DATA UNDER STUDY →
────────────────────────────────────────

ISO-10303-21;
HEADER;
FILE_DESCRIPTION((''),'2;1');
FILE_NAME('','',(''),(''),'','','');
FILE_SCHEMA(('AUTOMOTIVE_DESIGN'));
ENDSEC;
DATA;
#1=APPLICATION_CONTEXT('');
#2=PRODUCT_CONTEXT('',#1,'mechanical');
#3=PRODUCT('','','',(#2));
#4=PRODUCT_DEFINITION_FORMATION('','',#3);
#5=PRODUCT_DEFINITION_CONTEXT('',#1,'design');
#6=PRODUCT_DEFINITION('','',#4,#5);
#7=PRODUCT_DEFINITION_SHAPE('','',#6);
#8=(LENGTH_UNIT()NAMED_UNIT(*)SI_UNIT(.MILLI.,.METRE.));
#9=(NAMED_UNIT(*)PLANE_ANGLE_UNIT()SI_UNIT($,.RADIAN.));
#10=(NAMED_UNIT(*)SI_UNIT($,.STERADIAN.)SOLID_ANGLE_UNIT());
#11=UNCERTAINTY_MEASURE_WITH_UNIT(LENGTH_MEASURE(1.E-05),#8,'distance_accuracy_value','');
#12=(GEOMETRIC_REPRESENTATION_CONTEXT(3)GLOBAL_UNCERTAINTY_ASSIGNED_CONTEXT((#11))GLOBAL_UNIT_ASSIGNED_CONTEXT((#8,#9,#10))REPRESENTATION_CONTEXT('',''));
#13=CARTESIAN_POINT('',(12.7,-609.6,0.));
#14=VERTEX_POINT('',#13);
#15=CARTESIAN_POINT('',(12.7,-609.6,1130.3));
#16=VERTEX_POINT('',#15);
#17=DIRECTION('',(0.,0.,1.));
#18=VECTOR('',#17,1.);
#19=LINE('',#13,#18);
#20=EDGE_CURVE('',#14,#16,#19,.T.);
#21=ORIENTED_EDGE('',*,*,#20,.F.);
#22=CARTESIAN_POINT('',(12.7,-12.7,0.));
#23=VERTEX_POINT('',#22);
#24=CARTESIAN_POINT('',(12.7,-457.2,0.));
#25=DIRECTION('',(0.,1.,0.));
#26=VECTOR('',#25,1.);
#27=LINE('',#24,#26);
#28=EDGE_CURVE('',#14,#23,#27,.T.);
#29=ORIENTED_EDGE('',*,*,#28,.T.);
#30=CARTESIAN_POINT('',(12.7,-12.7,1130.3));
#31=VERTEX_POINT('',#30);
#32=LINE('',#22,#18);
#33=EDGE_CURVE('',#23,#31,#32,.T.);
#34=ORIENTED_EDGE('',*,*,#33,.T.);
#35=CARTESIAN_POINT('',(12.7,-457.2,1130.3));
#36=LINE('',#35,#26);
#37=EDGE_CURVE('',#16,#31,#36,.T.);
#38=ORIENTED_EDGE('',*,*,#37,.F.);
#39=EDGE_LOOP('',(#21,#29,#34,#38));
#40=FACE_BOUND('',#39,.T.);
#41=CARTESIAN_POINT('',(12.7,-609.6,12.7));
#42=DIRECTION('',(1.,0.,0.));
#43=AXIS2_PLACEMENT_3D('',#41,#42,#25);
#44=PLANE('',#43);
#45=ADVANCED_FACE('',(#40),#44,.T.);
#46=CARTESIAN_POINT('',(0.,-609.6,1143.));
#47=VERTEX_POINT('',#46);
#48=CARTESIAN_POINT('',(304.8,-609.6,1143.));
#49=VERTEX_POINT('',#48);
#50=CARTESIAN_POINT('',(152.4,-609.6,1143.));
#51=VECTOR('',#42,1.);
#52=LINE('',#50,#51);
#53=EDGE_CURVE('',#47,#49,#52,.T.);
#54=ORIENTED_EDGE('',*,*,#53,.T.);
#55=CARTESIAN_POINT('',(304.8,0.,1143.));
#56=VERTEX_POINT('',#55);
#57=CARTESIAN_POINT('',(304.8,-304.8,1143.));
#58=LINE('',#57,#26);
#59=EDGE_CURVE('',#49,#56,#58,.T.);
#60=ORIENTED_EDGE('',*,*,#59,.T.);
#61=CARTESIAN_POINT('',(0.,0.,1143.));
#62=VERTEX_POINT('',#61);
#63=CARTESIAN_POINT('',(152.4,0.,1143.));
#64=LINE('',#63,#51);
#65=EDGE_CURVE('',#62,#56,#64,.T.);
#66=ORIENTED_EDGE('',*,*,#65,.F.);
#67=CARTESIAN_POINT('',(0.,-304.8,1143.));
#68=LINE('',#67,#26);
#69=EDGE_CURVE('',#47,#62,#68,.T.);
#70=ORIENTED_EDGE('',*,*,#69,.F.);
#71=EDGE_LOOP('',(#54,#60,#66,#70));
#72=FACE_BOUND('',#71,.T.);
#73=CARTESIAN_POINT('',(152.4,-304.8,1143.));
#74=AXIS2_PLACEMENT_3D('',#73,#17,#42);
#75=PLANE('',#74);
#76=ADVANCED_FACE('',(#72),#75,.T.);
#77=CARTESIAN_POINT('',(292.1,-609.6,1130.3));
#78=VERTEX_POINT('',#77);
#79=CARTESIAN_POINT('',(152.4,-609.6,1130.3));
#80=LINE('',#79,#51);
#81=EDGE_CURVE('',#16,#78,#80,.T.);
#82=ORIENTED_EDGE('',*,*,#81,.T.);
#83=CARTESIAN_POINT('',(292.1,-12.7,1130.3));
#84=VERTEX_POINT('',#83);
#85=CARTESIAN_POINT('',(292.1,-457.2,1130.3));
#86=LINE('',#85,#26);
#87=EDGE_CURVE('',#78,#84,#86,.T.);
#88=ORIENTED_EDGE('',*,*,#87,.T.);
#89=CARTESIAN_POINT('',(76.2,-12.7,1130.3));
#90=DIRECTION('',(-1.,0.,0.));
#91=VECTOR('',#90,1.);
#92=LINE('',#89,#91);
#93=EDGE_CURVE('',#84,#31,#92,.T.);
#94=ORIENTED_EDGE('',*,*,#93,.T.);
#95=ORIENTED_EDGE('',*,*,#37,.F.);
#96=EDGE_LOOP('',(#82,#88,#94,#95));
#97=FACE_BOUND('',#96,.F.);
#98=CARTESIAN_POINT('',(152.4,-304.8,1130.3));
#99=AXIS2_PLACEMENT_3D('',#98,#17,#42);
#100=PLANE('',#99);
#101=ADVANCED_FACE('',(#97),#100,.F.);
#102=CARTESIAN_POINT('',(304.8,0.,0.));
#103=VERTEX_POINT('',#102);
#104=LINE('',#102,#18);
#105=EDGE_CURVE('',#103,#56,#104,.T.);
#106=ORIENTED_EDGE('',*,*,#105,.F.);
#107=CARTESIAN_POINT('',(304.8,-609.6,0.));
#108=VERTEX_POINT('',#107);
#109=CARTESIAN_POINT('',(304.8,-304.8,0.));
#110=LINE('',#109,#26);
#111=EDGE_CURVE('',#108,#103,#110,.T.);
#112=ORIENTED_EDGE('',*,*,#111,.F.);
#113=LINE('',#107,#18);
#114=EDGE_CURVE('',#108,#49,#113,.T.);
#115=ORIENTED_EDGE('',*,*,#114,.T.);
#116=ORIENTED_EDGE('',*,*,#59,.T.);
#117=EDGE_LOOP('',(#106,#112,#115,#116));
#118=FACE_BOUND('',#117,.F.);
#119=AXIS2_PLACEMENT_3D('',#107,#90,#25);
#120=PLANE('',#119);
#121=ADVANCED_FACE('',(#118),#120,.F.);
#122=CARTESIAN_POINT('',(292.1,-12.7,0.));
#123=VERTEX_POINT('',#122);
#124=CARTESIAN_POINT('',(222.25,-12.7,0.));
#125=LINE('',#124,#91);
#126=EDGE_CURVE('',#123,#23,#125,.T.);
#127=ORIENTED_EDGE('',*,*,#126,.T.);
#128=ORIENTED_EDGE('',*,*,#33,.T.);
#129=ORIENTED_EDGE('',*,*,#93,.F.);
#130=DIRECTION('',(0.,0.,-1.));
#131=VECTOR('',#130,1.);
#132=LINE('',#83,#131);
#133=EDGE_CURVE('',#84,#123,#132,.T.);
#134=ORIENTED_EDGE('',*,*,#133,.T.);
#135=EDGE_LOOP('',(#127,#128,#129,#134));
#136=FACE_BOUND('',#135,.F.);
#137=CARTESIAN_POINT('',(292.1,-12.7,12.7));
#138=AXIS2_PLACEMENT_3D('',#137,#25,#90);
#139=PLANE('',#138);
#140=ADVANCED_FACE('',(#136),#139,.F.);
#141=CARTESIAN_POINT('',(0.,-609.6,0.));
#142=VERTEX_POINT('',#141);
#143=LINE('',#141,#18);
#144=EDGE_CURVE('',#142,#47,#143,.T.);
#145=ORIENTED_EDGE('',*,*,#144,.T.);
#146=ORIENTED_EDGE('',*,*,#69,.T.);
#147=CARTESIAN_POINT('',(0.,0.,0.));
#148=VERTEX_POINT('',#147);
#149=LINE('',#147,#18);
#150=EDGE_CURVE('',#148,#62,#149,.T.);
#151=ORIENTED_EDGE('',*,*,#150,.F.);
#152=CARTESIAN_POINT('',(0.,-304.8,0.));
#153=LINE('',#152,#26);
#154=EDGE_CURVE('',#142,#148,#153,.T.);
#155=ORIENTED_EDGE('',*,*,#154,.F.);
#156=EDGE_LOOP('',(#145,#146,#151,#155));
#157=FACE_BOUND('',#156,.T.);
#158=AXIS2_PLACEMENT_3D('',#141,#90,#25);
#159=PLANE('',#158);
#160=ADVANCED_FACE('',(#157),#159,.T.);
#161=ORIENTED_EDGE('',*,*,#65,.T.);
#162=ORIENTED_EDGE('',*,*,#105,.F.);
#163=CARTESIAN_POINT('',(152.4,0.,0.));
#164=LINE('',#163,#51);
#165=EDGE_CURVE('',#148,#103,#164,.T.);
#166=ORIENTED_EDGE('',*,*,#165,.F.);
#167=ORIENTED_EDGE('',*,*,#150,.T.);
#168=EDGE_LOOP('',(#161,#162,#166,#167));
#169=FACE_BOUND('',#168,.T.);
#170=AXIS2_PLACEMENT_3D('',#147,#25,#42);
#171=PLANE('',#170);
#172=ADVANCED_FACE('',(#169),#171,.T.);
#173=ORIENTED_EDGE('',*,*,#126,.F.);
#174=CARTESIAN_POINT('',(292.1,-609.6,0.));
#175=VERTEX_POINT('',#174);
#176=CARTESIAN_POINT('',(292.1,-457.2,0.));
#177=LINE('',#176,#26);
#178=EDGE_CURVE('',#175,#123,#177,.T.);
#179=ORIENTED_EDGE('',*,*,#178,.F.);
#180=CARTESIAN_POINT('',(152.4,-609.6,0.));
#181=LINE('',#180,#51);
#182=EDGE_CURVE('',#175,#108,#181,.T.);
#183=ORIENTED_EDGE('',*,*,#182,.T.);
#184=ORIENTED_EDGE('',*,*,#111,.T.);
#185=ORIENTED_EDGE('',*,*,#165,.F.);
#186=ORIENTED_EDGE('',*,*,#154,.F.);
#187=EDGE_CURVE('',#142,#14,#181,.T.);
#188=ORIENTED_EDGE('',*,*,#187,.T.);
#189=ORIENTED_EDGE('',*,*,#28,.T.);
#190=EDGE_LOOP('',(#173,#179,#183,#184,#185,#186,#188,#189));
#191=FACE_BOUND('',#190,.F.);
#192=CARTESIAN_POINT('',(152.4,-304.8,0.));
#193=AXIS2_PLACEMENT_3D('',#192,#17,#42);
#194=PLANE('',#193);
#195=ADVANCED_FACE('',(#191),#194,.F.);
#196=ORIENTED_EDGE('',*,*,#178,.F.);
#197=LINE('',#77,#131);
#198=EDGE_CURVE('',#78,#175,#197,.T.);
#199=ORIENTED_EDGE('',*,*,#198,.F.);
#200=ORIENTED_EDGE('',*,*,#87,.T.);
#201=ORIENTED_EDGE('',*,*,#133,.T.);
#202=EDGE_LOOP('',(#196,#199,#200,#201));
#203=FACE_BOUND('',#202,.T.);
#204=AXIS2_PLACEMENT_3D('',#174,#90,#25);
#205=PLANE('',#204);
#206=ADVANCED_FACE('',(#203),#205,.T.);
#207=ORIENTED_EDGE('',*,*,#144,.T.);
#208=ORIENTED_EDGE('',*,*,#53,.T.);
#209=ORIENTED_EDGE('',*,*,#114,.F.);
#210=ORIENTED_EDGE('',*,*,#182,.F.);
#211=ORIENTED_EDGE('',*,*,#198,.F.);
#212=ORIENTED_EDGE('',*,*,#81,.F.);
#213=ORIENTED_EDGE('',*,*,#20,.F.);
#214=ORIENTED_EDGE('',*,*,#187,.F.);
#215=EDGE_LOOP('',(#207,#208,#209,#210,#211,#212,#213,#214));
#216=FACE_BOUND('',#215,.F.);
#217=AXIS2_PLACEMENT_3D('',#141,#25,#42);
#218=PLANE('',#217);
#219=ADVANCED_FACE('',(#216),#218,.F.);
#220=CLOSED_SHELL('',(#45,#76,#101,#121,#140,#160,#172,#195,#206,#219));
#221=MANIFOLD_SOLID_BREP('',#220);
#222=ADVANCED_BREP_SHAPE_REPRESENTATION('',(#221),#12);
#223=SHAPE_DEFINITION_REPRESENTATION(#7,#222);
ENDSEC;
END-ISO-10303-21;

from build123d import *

# Parameters (mm, degrees)
F0_W     = 304.8
F0_H     = 609.6
F1_DEPTH = 1143
F2_T     = -12.7
F3_DEPTH = 12.701


with BuildPart() as f1:
    # F0 (on Top) → F1 (new body)
    with BuildSketch(Plane.XY):
        with Locations((152.4, -304.8)):
            Rectangle(F0_W, F0_H)
    extrude(amount=F1_DEPTH)

    # F2
    f2_openings = [f1.faces().sort_by_distance(p)[0] for p in [
        (152.4, -609.6, 571.5),
    ]]
    offset(amount=F2_T, openings=f2_openings)

    # F3 (cut, through all): a face of the model
    f3_faces = [f1.faces().sort_by_distance(p)[0] for p in [
        (152.4, -311.15, 12.7),
    ]]
    extrude(f3_faces, amount=-F3_DEPTH, mode=Mode.SUBTRACT)


solid = f1.part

────────────────────────────────────────

THE PROBLEM →
Scan the material above for the string "VECTOR" and report each line where you find it.

FINISHED EXERCISE →
#18=VECTOR('',#17,1.);
#26=VECTOR('',#25,1.);
#51=VECTOR('',#42,1.);
#91=VECTOR('',#90,1.);
#131=VECTOR('',#130,1.);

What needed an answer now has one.